Next Century Cities, a consortium of 32 cities, has been created with the mission of making 1 Gbps fiber-based broadband available to any community in the United States.
During today's launch in Santa Monica, Calif., mayors and other leaders from 31 cities--including Santa Monica; Boston; Chattanooga, Tenn.; Raleigh, N.C.; Portland, Ore.; Lafayette, La.; and San Antonio, Texas--came together for a discussion about what's worked in their cities and how to support next-gen broadband networks nationwide.
"Our goal is not necessarily to have all these cities to become municipal providers, but instead our real goal is to make sure everybody has access," said Deb Socia, Executive Director of Next Century Cities, in an interview with FierceTelecom. "Making sure all of our cities has next-generation broadband they can use to help with things like public safety, education, smart cities, and all the great ways that technology can improve the quality of life for residents."
Each of the participating cities will engage and help other communities develop and deploy next-gen broadband services to their residents and businesses. They will also share their stories on what works and what does not work.
Socia said that since every one of the 32 cities is different, they also don't want to advocate a specific technology or method to expand broadband services.

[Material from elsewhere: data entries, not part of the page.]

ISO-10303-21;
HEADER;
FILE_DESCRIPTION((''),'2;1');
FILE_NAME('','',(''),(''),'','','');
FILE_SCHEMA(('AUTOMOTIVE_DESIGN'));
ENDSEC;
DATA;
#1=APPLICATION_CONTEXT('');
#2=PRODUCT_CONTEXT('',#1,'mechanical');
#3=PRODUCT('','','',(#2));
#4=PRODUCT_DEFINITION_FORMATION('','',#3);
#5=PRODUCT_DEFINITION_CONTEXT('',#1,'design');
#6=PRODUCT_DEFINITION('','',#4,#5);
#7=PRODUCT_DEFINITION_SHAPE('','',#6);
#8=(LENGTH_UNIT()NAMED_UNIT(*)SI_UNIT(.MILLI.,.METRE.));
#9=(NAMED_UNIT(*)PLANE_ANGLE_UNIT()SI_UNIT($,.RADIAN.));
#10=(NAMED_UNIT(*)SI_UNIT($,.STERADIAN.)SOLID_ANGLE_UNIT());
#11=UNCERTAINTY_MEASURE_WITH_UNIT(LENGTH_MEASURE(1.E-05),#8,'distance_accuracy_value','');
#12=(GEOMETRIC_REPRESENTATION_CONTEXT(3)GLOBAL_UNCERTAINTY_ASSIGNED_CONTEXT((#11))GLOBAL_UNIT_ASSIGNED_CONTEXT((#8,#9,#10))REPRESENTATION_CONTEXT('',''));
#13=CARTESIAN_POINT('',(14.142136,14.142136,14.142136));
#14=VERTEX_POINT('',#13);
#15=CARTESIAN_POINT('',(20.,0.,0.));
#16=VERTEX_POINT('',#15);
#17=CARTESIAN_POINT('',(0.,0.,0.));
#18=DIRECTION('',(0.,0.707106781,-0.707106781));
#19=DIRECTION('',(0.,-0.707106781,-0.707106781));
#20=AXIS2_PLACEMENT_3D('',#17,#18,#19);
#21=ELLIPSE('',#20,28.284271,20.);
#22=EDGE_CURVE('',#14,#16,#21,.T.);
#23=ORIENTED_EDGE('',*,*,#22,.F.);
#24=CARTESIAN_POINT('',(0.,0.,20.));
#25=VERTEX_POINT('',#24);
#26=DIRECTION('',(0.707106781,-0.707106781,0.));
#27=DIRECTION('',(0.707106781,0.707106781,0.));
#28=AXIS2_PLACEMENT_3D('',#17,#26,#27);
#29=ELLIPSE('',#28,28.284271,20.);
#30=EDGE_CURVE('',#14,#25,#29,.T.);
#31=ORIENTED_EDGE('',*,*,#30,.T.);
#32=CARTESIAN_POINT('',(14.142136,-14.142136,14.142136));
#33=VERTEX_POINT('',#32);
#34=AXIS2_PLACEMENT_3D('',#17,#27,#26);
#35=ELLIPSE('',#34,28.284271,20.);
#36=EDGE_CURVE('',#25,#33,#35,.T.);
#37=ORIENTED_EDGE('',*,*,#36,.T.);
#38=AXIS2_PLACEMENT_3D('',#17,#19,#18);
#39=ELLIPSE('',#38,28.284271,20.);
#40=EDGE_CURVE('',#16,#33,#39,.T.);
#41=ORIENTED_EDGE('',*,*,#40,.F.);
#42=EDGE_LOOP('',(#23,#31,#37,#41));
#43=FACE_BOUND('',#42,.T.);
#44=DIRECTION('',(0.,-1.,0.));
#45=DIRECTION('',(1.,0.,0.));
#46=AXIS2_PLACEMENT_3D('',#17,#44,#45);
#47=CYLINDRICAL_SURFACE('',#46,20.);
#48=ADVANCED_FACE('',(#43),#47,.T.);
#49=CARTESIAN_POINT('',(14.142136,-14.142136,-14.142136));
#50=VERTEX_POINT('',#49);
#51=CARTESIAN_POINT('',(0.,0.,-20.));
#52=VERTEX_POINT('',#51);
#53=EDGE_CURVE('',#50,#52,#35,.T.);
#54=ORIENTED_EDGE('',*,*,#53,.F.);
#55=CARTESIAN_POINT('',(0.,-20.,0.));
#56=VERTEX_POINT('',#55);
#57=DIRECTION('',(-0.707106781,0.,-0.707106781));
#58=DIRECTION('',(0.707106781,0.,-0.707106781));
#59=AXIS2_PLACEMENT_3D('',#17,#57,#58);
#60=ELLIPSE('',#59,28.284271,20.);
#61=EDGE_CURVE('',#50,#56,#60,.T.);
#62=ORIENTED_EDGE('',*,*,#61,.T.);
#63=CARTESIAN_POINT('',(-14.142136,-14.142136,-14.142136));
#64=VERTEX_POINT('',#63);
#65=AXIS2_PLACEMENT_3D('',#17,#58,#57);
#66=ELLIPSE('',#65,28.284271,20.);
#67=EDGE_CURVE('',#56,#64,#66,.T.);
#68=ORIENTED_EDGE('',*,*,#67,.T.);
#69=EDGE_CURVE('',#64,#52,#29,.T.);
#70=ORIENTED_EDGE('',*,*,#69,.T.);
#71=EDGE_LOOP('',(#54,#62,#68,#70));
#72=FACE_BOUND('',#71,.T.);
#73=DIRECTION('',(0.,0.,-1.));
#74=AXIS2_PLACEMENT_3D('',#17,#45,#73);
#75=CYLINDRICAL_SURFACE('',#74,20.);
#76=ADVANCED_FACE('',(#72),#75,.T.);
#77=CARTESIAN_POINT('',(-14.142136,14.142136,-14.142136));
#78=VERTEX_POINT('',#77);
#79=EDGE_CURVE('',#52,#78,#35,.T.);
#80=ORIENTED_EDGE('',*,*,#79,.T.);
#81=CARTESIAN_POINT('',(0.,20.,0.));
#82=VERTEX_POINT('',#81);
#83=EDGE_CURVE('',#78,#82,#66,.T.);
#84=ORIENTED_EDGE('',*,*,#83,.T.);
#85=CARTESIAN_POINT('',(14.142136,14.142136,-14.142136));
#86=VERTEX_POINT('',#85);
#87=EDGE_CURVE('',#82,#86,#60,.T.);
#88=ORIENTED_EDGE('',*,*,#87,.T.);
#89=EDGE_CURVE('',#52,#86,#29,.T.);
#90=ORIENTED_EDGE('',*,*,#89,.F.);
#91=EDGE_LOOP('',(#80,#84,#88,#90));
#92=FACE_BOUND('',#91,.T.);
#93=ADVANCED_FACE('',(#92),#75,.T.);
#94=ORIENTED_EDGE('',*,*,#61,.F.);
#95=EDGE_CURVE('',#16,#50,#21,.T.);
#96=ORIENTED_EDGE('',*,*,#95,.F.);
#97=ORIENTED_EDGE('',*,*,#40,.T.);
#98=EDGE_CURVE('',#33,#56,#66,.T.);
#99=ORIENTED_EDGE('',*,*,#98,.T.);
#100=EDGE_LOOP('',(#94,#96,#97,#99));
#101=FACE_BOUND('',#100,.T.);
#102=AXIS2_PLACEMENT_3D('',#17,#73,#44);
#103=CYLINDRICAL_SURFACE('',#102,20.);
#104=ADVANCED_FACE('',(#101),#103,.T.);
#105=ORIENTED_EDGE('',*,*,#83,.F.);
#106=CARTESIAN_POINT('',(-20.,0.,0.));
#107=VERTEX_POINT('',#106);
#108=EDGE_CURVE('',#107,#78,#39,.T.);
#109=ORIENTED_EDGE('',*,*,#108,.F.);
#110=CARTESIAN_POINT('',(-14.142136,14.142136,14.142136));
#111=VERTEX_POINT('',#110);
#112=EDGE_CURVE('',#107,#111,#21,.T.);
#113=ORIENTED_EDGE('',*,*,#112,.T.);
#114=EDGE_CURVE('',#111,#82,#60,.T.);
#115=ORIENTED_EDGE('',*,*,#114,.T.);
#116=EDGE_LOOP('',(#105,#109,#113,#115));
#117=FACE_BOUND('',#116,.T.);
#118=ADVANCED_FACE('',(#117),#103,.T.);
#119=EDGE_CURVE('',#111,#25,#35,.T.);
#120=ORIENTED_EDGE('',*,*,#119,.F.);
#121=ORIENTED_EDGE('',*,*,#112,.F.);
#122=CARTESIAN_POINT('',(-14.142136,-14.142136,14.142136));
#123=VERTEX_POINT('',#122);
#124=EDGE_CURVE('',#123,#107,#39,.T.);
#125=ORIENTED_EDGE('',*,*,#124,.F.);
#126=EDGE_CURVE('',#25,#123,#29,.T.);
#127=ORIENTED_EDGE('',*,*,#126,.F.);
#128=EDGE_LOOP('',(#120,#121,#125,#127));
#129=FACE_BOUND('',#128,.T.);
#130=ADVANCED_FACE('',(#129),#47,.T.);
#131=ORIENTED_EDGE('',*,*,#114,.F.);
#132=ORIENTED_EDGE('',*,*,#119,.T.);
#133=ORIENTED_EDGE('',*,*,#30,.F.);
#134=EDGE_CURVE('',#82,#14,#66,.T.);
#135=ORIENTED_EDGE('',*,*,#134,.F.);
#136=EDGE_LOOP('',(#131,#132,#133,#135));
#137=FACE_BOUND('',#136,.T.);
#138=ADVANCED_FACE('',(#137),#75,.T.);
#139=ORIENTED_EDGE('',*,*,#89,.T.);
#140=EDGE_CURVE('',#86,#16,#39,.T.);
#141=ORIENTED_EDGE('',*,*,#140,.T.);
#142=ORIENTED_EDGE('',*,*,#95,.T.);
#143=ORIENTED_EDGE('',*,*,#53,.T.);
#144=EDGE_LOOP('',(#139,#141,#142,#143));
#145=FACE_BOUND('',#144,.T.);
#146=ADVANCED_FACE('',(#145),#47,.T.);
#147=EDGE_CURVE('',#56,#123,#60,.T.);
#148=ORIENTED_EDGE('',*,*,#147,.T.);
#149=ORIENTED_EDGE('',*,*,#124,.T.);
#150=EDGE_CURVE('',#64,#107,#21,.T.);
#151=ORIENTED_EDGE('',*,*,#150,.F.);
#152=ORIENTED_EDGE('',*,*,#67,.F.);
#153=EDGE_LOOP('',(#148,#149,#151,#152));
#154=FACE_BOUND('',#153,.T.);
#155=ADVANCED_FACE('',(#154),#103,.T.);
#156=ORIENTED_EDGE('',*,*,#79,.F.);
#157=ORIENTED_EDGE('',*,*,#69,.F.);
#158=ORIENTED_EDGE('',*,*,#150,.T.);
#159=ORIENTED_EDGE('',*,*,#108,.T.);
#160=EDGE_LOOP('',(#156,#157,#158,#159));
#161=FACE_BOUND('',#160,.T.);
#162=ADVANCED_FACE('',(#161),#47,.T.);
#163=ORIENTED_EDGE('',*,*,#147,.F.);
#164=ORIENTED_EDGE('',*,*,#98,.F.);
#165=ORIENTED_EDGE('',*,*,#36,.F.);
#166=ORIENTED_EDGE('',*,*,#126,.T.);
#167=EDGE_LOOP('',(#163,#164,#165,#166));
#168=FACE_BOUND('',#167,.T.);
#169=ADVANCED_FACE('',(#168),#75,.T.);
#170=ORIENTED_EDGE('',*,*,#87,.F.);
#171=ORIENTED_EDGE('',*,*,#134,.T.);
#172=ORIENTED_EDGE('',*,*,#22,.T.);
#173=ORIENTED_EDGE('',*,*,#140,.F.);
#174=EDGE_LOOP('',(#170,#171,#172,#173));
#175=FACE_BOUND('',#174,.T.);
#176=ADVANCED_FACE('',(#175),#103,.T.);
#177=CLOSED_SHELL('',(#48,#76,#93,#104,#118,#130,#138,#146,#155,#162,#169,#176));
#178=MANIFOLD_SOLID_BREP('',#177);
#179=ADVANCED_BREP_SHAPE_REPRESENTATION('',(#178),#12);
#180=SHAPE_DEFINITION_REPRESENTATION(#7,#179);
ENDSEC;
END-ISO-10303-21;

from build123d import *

# Parameters (mm, degrees)
F0_R     = 20
F1_DEPTH = 25
F4_COUNT = 3


with BuildPart() as f1:
    # F0 (on Front) → F1 (new body, symmetric)
    with BuildSketch(Plane.XZ):
        Circle(F0_R)
    extrude(amount=F1_DEPTH, both=True)


with BuildPart() as f4_1:
    # F4: instance of F1
    add(f1.part.rotate(Axis((-10, 10, 10), (-0.5773502692, 0.5773502692, 0.5773502692)), 1 * 360 / F4_COUNT))


with BuildPart() as f4_2:
    # F4: instance of F1
    add(f1.part.rotate(Axis((-10, 10, 10), (-0.5773502692, 0.5773502692, 0.5773502692)), 2 * 360 / F4_COUNT))

    # F5: intersect F4_1, F1
    add(f4_1.part, mode=Mode.INTERSECT)
    add(f1.part, mode=Mode.INTERSECT)


solid = f4_2.part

"Our goal is next-generation broadband, but we aren't trying to determine what that pathway will be because every city has a different issue: Leverett, Mass. is very unique, Boston is very unique and they're never going to look the same," Socia said. "We have 32 cities from around the country and no two of them have taken the same pathway."
FCC Chairman Tom Wheeler delivered a video message and Mayor Pam O'Connor (D) of Santa Monica, Mayor Joey Durel (R) of Lafayett and Mayor Andy Berke (D) of Chattanooga gave remarks.
Wheeler has emerged as a controversial champion of the municipal broadband movement.
In May he made a call to challenge more than 20 state laws that prevent or discourage municipalities from building out their own broadband networks. Later in June, he set his focus on a Tennessee law that prohibits the state's cities and towns like Chattanooga from building their own fiber-based networks, particularly in areas where a telco or cable MSO already provides service.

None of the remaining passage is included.